The Commemorative at St. Mary’s College of Maryland honors the enslaved people who once lived and worked there. Bill Wood / NPS
The recognitions honor the resistance and bravery of freedom seekers and their allies who risked their lives to resist slavery
The National Park Service (NPS) added 16 new sites to its National Underground Railroad Network to Freedom last month.
Per a statement, additions include historic homes, former plantations, cemeteries and educational sites in 11 states: Pennsylvania, Ohio, Iowa, Florida, Kentucky, Louisiana, Massachusetts, Maryland, Michigan, New York and New Jersey.
The newly honored sites join a network of more than 700 locations across the United States and its territories. The NPS maintains an interactive map that lists the commemorative sites.
Launched in 1998, the network honors the enslaved people who resisted bondage by fleeing to freedom between the early 19th century and the American Civil War. According to PBS, historians estimate that some 100,000 freedom seekers managed to escape their captors between 1810 and 1850. Those who “rode” the Underground Railroad, as the loose network of escape routes came to be called, traveled between safe houses, often under the cover of night, with the goal of reaching Northern states and eventually Canada, where enslavement was outlawed.
The network’s expansion coincides with the 200th anniversary of the birth of Harriet Tubman, who escaped bondage and became an abolitionist and well-known “conductor” of the railroad.
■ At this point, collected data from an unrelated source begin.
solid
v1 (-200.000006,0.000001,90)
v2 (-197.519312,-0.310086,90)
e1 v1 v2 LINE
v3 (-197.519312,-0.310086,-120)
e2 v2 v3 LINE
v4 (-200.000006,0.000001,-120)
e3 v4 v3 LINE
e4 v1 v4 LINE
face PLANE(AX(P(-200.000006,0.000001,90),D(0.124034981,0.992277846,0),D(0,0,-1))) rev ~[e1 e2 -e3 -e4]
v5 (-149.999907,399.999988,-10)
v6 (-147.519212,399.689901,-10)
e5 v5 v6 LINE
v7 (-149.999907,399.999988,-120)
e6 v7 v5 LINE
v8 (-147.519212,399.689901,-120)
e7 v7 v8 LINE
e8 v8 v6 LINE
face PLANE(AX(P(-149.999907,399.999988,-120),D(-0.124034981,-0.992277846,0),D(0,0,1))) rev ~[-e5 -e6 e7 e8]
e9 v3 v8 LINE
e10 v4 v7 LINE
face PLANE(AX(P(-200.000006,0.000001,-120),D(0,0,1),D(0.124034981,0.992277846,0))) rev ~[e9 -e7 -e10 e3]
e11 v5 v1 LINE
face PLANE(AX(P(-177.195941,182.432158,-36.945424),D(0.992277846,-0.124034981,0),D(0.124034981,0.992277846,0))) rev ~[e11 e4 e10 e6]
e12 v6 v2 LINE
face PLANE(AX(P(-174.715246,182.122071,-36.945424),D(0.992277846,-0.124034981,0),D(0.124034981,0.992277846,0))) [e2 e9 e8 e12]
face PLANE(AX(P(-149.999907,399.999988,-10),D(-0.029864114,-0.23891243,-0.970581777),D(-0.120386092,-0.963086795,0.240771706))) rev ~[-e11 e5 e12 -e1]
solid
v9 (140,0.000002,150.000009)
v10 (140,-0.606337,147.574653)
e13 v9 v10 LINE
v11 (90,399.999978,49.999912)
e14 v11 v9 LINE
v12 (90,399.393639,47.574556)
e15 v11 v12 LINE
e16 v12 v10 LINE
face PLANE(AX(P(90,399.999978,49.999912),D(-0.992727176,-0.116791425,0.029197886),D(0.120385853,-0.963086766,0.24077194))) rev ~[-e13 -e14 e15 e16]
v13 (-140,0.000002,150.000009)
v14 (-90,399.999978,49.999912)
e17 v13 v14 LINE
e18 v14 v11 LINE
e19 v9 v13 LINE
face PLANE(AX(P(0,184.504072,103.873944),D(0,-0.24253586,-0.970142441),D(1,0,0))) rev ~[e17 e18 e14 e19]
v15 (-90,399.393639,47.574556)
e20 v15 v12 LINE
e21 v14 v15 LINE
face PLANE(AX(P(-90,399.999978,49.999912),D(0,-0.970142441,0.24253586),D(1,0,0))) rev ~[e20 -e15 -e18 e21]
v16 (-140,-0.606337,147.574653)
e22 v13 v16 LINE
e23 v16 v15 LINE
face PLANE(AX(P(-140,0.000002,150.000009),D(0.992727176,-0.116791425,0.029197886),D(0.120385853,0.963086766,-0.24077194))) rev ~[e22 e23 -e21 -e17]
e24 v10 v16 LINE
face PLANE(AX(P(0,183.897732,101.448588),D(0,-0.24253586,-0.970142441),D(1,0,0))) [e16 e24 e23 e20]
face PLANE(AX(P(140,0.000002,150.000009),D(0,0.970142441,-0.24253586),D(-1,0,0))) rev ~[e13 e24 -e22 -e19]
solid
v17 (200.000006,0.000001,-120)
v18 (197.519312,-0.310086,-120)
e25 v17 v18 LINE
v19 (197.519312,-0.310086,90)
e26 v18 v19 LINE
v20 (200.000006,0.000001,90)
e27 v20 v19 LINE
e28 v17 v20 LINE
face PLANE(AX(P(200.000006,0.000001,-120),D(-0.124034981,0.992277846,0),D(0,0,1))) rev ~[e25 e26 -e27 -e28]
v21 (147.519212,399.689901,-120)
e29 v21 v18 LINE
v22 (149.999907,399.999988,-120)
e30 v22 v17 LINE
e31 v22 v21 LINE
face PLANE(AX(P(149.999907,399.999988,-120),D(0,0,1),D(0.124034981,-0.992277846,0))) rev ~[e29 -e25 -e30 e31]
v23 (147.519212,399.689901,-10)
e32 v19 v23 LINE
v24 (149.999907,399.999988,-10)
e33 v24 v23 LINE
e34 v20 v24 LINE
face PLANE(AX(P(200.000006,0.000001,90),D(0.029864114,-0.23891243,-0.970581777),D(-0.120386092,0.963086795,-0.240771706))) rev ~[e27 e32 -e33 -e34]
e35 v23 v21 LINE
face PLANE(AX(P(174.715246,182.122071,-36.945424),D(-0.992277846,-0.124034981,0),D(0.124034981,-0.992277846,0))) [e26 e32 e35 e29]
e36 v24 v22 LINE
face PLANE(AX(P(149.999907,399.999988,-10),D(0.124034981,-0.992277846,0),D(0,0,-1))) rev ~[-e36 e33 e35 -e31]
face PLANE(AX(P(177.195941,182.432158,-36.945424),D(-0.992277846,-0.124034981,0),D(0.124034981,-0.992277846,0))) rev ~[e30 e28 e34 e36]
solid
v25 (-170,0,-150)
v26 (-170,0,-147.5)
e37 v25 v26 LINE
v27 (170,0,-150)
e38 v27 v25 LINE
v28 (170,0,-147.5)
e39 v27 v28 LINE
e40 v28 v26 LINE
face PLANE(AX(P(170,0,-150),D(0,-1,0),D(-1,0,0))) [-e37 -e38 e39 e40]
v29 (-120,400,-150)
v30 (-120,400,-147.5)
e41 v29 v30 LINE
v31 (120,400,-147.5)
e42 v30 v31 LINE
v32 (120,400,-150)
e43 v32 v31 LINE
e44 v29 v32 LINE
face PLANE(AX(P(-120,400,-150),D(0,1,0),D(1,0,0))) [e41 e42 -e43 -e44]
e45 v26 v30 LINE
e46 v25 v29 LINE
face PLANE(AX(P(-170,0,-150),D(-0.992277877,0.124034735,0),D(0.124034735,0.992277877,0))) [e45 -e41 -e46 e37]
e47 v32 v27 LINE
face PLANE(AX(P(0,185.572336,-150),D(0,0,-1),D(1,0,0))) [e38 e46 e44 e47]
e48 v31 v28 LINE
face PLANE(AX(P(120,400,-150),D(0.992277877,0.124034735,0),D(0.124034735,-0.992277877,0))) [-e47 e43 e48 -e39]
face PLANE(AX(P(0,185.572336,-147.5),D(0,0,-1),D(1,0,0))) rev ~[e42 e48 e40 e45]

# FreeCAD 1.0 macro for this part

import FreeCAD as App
import Part
import Sketcher


def add_polygon(sketch, points):
    """Adds a closed chain of lines whose ends are joined by coincident constraints."""
    first, n = sketch.GeometryCount, len(points)
    for a, b in zip(points, points[1:] + points[:1]):
        sketch.addGeometry(Part.LineSegment(App.Vector(*a, 0), App.Vector(*b, 0)), False)
    for i in range(n):
        sketch.addConstraint(Sketcher.Constraint("Coincident", first + i, 2, first + (i + 1) % n, 1))

doc = App.newDocument("Part")
body = doc.addObject("PartDesign::Body", "Body")

# Sketch on an angled plane
sketch1 = body.newObject("Sketcher::SketchObject", "Sketch")
sketch1.Placement = App.Placement(App.Vector(0, 35.294118, 141.176471), App.Rotation(App.Vector(1, 0, 0), App.Vector(0, -0.970142441, 0.24253586), App.Vector(0, -0.24253586, -0.970142441), "ZXY"))
add_polygon(sketch1, [(90, -375.930219), (140, 36.380344), (-140, 36.380344), (-90, -375.930219)])  # lines 0-3
sketch1.addConstraint(Sketcher.Constraint("Horizontal", 1))
sketch1.addConstraint(Sketcher.Constraint("Horizontal", 3))
sketch1.addConstraint(Sketcher.Constraint("Equal", 0, 2))
sketch1.addConstraint(Sketcher.Constraint("DistanceX", 1, 2, 1, 1, 280.0))
sketch1.addConstraint(Sketcher.Constraint("DistanceX", 3, 1, 3, 2, 180.0))
sketch1.addConstraint(Sketcher.Constraint("DistanceX", -1, 1, 0, 2, 140.0))
sketch1.addConstraint(Sketcher.Constraint("DistanceY", 2, 2, -1, 1, 375.930219))
sketch1.addConstraint(Sketcher.Constraint("Distance", 0, 415.331193))
pad1 = body.newObject("PartDesign::Pad", "Pad")
pad1.Profile = sketch1
pad1.Length = 2.5
body2 = doc.addObject("PartDesign::Body", "Body001")

# Sketch on an angled plane
sketch2 = body2.newObject("Sketcher::SketchObject", "Sketch001")
sketch2.Placement = App.Placement(App.Vector(196.923077, 24.615385, 0), App.Rotation(App.Vector(0.124034981, -0.992277846, 0), App.Vector(0, 0, 1), App.Vector(-0.992277846, -0.124034981, 0), "ZXY"))
add_polygon(sketch2, [(24.806947, -120), (24.806947, 90), (-378.30594, -10), (-378.30594, -120)])  # lines 0-3
sketch2.addConstraint(Sketcher.Constraint("Vertical", 0))
sketch2.addConstraint(Sketcher.Constraint("Vertical", 2))
sketch2.addConstraint(Sketcher.Constraint("Horizontal", 3))
sketch2.addConstraint(Sketcher.Constraint("DistanceY", 0, 1, 0, 2, 210.0))
sketch2.addConstraint(Sketcher.Constraint("DistanceY", 2, 2, 2, 1, 110.0))
sketch2.addConstraint(Sketcher.Constraint("DistanceY", -1, 1, 0, 2, 90.0))
sketch2.addConstraint(Sketcher.Constraint("DistanceX", 3, 1, 3, 2, 403.112887))
sketch2.addConstraint(Sketcher.Constraint("DistanceX", 1, 2, -1, 1, 378.30594))
pad2 = body2.newObject("PartDesign::Pad", "Pad001")
pad2.Profile = sketch2
pad2.Length = 2.5
body3 = doc.addObject("PartDesign::Body", "Body002")

# Sketch on an angled plane
sketch3 = body3.newObject("Sketcher::SketchObject", "Sketch002")
sketch3.Placement = App.Placement(App.Vector(-196.923077, 24.615385, 0), App.Rotation(App.Vector(0.124034981, 0.992277846, 0), App.Vector(0, 0, 1), App.Vector(0.992277846, -0.124034981, 0), "ZXY"))
add_polygon(sketch3, [(378.30594, -120), (378.30594, -10), (-24.806947, 90), (-24.806947, -120)])  # lines 0-3
sketch3.addConstraint(Sketcher.Constraint("Vertical", 0))
sketch3.addConstraint(Sketcher.Constraint("Vertical", 2))
sketch3.addConstraint(Sketcher.Constraint("Horizontal", 3))
sketch3.addConstraint(Sketcher.Constraint("DistanceY", 0, 1, 0, 2, 110.0))
sketch3.addConstraint(Sketcher.Constraint("DistanceY", 2, 2, 2, 1, 210.0))
sketch3.addConstraint(Sketcher.Constraint("DistanceY", 0, 2, -1, 1, 10.0))
sketch3.addConstraint(Sketcher.Constraint("DistanceX", 3, 1, 3, 2, 403.112887))
sketch3.addConstraint(Sketcher.Constraint("DistanceX", -1, 1, 0, 2, 378.30594))
pad3 = body3.newObject("PartDesign::Pad", "Pad002")
pad3.Profile = sketch3
pad3.Length = 2.5
body4 = doc.addObject("PartDesign::Body", "Body003")

# Sketch on XY plane
sketch4 = body4.newObject("Sketcher::SketchObject", "Sketch003")
sketch4.AttachmentSupport = (doc.getObject("XY_Plane003"), [""])
sketch4.MapMode = "FlatFace"
sketch4.AttachmentOffset = App.Placement(App.Vector(0, 0, -150), App.Rotation())
add_polygon(sketch4, [(-170, 0), (-120, 400), (120, 400), (170, 0)])  # lines 0-3
sketch4.addConstraint(Sketcher.Constraint("Horizontal", 1))
sketch4.addConstraint(Sketcher.Constraint("Horizontal", 3))
sketch4.addConstraint(Sketcher.Constraint("Symmetric", 2, 2, 3, 2, -1, 1))
sketch4.addConstraint(Sketcher.Constraint("Equal", 0, 2))
sketch4.addConstraint(Sketcher.Constraint("DistanceX", 1, 1, 1, 2, 240.0))
sketch4.addConstraint(Sketcher.Constraint("DistanceX", 3, 2, 3, 1, 340.0))
sketch4.addConstraint(Sketcher.Constraint("DistanceY", -1, 1, 0, 2, 400.0))
pad4 = body4.newObject("PartDesign::Pad", "Pad003")
pad4.Profile = sketch4
pad4.Length = 2.5

doc.recompute()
As Liza Weisstuch recently reported for Smithsonian magazine, Tubman used her wits and encyclopedic knowledge of the natural landscape to lead around 70 people to freedom. Although the Fugitive Slave Act of 1850 explicitly outlawed assisting freedom seekers along their journeys, the NPS notes that people “of all races, class and genders” helped them along the way.
“Like Harriet Tubman, the freedom seekers and allies highlighted in each Network to Freedom listing remind us of what can be accomplished when people take action against injustice,” says Diane Miller, national program manager of the Network to Freedom, in the statement. “Each listing holds a unique part of the Underground Railroad story.” […]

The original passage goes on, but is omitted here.